Ex. A circular coil of 16 turns and radius 10 cm, carrying a current of 0.75 A rests with its plane normal to an external field of magnitude $5.0 \times 10^{-2} T$ The coil is free to turn about an axis in its plane perpendicular to the field direction. When the coil is turned slightly and released, it oscillated about its stable equilibrium with a frequency of $2.0 s ^{-1}$ What is the moment of inertia of the coil about its axis of rotation?

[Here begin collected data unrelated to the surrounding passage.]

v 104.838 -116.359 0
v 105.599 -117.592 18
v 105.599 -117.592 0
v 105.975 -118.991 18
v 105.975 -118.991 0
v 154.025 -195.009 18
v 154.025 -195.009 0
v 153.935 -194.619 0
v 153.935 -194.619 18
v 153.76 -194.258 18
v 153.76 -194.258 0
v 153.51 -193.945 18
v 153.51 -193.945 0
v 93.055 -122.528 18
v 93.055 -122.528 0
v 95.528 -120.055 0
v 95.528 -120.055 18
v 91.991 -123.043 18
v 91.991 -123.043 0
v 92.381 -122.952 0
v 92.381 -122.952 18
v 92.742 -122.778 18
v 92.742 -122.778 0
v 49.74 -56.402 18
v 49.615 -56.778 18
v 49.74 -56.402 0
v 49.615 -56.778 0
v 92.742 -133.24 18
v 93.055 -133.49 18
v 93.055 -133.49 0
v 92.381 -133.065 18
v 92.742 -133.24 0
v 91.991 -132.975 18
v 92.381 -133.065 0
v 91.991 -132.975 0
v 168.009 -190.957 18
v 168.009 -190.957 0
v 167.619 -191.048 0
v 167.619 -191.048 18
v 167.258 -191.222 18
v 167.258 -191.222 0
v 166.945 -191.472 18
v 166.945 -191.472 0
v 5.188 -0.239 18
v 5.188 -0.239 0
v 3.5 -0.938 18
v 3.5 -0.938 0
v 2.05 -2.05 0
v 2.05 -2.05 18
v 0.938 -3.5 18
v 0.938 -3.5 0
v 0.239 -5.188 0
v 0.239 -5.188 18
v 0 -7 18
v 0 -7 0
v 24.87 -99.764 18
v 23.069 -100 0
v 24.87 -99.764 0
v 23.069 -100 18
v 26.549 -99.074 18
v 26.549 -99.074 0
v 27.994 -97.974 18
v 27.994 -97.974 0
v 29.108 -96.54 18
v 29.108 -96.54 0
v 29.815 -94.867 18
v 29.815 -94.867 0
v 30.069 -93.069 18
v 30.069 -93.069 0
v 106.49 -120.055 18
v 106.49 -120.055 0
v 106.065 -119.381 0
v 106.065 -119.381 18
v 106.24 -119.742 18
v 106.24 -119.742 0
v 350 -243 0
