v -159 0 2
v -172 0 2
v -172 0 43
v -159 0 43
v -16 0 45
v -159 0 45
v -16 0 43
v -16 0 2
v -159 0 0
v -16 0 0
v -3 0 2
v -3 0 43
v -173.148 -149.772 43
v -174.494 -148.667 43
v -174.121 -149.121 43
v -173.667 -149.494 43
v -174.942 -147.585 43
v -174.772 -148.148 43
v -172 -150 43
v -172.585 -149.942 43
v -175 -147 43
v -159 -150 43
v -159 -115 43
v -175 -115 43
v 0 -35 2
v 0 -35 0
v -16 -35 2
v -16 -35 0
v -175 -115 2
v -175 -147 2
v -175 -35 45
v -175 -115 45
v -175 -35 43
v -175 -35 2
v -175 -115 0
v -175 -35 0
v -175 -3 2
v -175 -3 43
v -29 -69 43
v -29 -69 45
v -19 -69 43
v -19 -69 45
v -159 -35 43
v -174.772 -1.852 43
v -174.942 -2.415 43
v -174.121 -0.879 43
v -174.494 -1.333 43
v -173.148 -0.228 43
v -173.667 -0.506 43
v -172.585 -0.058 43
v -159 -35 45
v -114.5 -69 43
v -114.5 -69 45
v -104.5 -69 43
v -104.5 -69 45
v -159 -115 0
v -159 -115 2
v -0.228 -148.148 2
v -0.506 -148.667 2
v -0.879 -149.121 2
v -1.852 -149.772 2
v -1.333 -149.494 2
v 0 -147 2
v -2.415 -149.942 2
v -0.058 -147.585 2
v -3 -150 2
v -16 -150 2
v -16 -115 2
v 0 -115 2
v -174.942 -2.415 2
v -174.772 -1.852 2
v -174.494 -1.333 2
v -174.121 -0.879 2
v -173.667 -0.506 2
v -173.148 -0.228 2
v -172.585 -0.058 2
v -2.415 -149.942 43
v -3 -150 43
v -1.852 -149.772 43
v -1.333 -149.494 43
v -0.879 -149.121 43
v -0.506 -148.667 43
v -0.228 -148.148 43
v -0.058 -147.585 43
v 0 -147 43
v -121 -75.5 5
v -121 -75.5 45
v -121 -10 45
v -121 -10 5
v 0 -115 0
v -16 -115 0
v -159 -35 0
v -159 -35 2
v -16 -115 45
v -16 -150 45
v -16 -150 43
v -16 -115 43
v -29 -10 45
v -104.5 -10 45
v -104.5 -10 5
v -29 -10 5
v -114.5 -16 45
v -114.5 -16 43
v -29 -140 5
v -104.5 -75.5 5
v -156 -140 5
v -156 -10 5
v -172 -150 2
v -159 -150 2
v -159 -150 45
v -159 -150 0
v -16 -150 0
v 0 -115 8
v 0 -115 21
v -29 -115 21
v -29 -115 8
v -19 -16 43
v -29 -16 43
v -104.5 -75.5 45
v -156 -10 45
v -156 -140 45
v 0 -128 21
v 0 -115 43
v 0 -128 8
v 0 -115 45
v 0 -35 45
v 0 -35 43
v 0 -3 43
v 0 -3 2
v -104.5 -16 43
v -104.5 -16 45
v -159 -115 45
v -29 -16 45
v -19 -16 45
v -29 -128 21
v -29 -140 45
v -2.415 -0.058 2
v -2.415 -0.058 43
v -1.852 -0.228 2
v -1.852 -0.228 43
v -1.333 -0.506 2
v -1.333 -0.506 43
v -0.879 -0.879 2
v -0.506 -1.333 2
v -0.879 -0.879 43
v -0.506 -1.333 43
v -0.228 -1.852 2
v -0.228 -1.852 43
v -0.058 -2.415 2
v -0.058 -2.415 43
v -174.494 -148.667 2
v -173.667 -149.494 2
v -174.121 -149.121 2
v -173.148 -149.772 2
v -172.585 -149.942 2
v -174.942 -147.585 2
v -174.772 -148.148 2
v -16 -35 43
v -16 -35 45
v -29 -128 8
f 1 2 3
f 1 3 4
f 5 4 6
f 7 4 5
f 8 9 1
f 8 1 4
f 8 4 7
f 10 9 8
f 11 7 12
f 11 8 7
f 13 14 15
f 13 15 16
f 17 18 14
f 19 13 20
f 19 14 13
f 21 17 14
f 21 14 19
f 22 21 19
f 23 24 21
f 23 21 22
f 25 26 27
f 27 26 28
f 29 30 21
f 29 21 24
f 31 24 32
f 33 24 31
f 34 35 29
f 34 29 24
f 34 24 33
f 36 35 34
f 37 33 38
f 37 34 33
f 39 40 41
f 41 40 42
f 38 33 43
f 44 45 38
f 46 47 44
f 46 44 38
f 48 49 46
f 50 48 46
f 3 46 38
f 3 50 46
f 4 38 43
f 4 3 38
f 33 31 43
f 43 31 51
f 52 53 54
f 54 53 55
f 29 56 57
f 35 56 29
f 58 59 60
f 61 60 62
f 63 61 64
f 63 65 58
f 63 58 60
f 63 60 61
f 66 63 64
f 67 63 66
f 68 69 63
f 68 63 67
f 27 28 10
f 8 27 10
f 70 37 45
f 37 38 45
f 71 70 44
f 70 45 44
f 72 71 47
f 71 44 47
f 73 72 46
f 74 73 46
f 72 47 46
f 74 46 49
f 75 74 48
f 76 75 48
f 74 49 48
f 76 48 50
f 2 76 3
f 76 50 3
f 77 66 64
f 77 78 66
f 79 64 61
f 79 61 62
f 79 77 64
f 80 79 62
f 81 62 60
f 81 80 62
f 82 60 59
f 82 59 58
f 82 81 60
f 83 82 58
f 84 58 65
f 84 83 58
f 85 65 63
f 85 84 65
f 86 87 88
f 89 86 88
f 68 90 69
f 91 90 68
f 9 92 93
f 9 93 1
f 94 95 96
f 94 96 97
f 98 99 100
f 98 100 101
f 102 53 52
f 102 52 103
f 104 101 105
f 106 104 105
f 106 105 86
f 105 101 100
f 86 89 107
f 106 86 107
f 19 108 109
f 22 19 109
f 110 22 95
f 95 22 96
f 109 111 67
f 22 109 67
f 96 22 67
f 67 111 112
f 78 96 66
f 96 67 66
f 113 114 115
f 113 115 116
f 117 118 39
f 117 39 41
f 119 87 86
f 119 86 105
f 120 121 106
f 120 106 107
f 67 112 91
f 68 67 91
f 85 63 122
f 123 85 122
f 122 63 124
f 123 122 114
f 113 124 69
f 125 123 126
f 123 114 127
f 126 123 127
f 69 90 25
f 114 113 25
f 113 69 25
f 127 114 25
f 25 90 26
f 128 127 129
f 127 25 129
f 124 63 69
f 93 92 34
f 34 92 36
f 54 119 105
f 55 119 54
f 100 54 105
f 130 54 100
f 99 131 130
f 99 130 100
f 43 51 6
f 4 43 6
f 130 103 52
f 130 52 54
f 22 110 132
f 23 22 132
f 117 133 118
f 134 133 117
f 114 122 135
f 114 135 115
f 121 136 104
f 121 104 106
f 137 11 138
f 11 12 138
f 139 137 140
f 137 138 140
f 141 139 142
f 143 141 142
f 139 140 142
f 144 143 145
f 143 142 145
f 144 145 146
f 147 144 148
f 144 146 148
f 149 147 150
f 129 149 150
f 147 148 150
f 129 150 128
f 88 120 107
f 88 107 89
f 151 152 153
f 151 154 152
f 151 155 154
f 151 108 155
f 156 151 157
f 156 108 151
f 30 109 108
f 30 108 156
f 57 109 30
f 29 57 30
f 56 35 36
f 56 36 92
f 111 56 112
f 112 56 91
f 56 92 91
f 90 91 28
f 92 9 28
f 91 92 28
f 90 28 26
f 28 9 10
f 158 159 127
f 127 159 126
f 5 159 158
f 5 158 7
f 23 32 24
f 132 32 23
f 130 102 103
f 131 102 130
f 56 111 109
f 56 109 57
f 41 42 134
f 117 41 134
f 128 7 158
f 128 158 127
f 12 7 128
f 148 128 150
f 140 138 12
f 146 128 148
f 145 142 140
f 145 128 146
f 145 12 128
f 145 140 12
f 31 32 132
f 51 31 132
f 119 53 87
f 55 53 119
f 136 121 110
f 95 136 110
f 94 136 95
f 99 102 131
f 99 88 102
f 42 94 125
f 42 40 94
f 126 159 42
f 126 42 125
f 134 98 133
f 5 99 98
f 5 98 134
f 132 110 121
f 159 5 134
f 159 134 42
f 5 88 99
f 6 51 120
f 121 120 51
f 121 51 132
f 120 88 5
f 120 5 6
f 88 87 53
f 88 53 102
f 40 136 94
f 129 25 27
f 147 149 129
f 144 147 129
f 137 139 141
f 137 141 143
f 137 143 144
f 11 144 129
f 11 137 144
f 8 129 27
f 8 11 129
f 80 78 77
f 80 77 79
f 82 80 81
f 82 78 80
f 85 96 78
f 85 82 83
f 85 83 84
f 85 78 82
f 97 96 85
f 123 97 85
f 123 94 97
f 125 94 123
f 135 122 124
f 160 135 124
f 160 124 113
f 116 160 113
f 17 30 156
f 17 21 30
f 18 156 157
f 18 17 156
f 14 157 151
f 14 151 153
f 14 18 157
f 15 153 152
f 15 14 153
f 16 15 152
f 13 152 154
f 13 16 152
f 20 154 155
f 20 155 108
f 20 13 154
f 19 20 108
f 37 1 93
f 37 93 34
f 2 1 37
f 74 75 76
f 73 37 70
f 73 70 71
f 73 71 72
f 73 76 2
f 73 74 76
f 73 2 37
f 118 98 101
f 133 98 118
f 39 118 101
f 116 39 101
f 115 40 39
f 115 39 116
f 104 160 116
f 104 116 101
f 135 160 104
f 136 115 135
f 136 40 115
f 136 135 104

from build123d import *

# Parameters (mm, degrees)
SKETCH2_W           = 175
SKETCH2_H           = 150
BOSS_EXTRUDE1_DEPTH = 45
CUT_EXTRUDE1_DEPTH  = 40
SKETCH5_W           = 13
SKETCH5_H           = 13
CUT_EXTRUDE3_DEPTH  = 50
SKETCH6_W           = 10
SKETCH6_H           = 53
CUT_EXTRUDE4_DEPTH  = 2
SKETCH7_W           = 35
SKETCH7_H           = 130
CUT_EXTRUDE5_DEPTH  = 40
SKETCH9_W           = 16
SKETCH9_H           = 35
CUT_EXTRUDE6_DEPTH  = 2
SKETCH10_W          = 16.5
SKETCH10_H          = 24.5
CUT_EXTRUDE7_DEPTH  = 40
SKETCH11_W          = 16
SKETCH11_H          = 35
CUT_EXTRUDE8_DEPTH  = 2
FILLET1_R           = 3


with BuildPart() as part:
    # Sketch2 → Boss-Extrude1 (new body)
    with BuildSketch(Plane.XY):
        with Locations((-87.5, -75)):
            Rectangle(SKETCH2_W, SKETCH2_H)
    extrude(amount=BOSS_EXTRUDE1_DEPTH)

    # Sketch3 → Cut-Extrude1 (cut)
    with BuildSketch(Plane.XY.offset(45)):
        Polygon((-104.5, -10), (-29, -10), (-29, -140), (-156, -140), (-156, -100), (-104.5, -100), align=None)
    extrude(amount=-CUT_EXTRUDE1_DEPTH, mode=Mode.SUBTRACT)

    # Sketch5 → Cut-Extrude3 (cut)
    with BuildSketch(Plane(origin=(0, 0, 0), x_dir=(0, 0, -1), z_dir=(1, 0, 0))):
        with Locations((-14.5, -121.5)):
            Rectangle(SKETCH5_W, SKETCH5_H)
    extrude(amount=-CUT_EXTRUDE3_DEPTH, mode=Mode.SUBTRACT)

    # Sketch6 → Cut-Extrude4 (cut)
    with BuildSketch(Plane.XY.offset(45)):
        with Locations((-109.5, -42.5)):
            Rectangle(SKETCH6_W, SKETCH6_H)
        with Locations((-24, -42.5)):
            Rectangle(SKETCH6_W, SKETCH6_H)
    extrude(amount=-CUT_EXTRUDE4_DEPTH, mode=Mode.SUBTRACT)

    # Sketch7 → Cut-Extrude5 (cut)
    with BuildSketch(Plane.XY.offset(45)):
        with Locations((-138.5, -75)):
            Rectangle(SKETCH7_W, SKETCH7_H)
    extrude(amount=-CUT_EXTRUDE5_DEPTH, mode=Mode.SUBTRACT)

    # Sketch9 → Cut-Extrude6 (cut)
    with BuildSketch(Plane.XY.offset(45)):
        with Locations((-167, -17.5)):
            Rectangle(SKETCH9_W, SKETCH9_H)
        with Locations((-167, -132.5)):
            Rectangle(SKETCH9_W, SKETCH9_H)
        with Locations((-8, -132.5)):
            Rectangle(SKETCH9_W, SKETCH9_H)
        with Locations((-8, -17.5)):
            Rectangle(SKETCH9_W, SKETCH9_H)
    extrude(amount=-CUT_EXTRUDE6_DEPTH, mode=Mode.SUBTRACT)

    # Sketch10 → Cut-Extrude7 (cut)
    with BuildSketch(Plane.XY.offset(45)):
        with Locations((-112.75, -87.75)):
            Rectangle(SKETCH10_W, SKETCH10_H)
    extrude(amount=-CUT_EXTRUDE7_DEPTH, mode=Mode.SUBTRACT)

    # Sketch11 → Cut-Extrude8 (cut)
    with BuildSketch(Plane(origin=(0, 0, 0), x_dir=(-1, 0, 0), z_dir=(0, 0, -1))):
        with Locations((8, -17.5)):
            Rectangle(SKETCH11_W, SKETCH11_H)
        with Locations((8, -132.5)):
            Rectangle(SKETCH11_W, SKETCH11_H)
        with Locations((167, -132.5)):
            Rectangle(SKETCH11_W, SKETCH11_H)
        with Locations((167, -17.5)):
            Rectangle(SKETCH11_W, SKETCH11_H)
    extrude(amount=-CUT_EXTRUDE8_DEPTH, mode=Mode.SUBTRACT)

    # Fillet1
    fillet1_edges = [part.edges().sort_by_distance(p)[0] for p in [
        (0, -150, 22.5),
        (-175, -150, 22.5),
        (-175, 0, 22.5),
        (0, 0, 22.5),
    ]]
    fillet(fillet1_edges, radius=FILLET1_R)


solid = part.part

Sol. Here, $\mathrm{N}=16, \quad \mathrm{r}=10 \mathrm{cm}=0.1 \mathrm{m}$
i.e., $\quad A=\pi(0.1)^{2}$

$\mathrm{I}=0.75 \mathrm{A}_{\max } B=5.0 \times 10^{-2} T \quad v=2 s^{-1} \quad$ i.e., $\quad \mathrm{T}=0.5 \mathrm{sec}$

magnetic moment of coil $\quad M=N A I=16 \times \pi(0.1)^{2} \times 0.75=0.3768 A m^{2}$

$T=2 \pi \sqrt{\frac{I}{M B}} \quad(\mathrm{I}=$ Moment of inertia of the coil)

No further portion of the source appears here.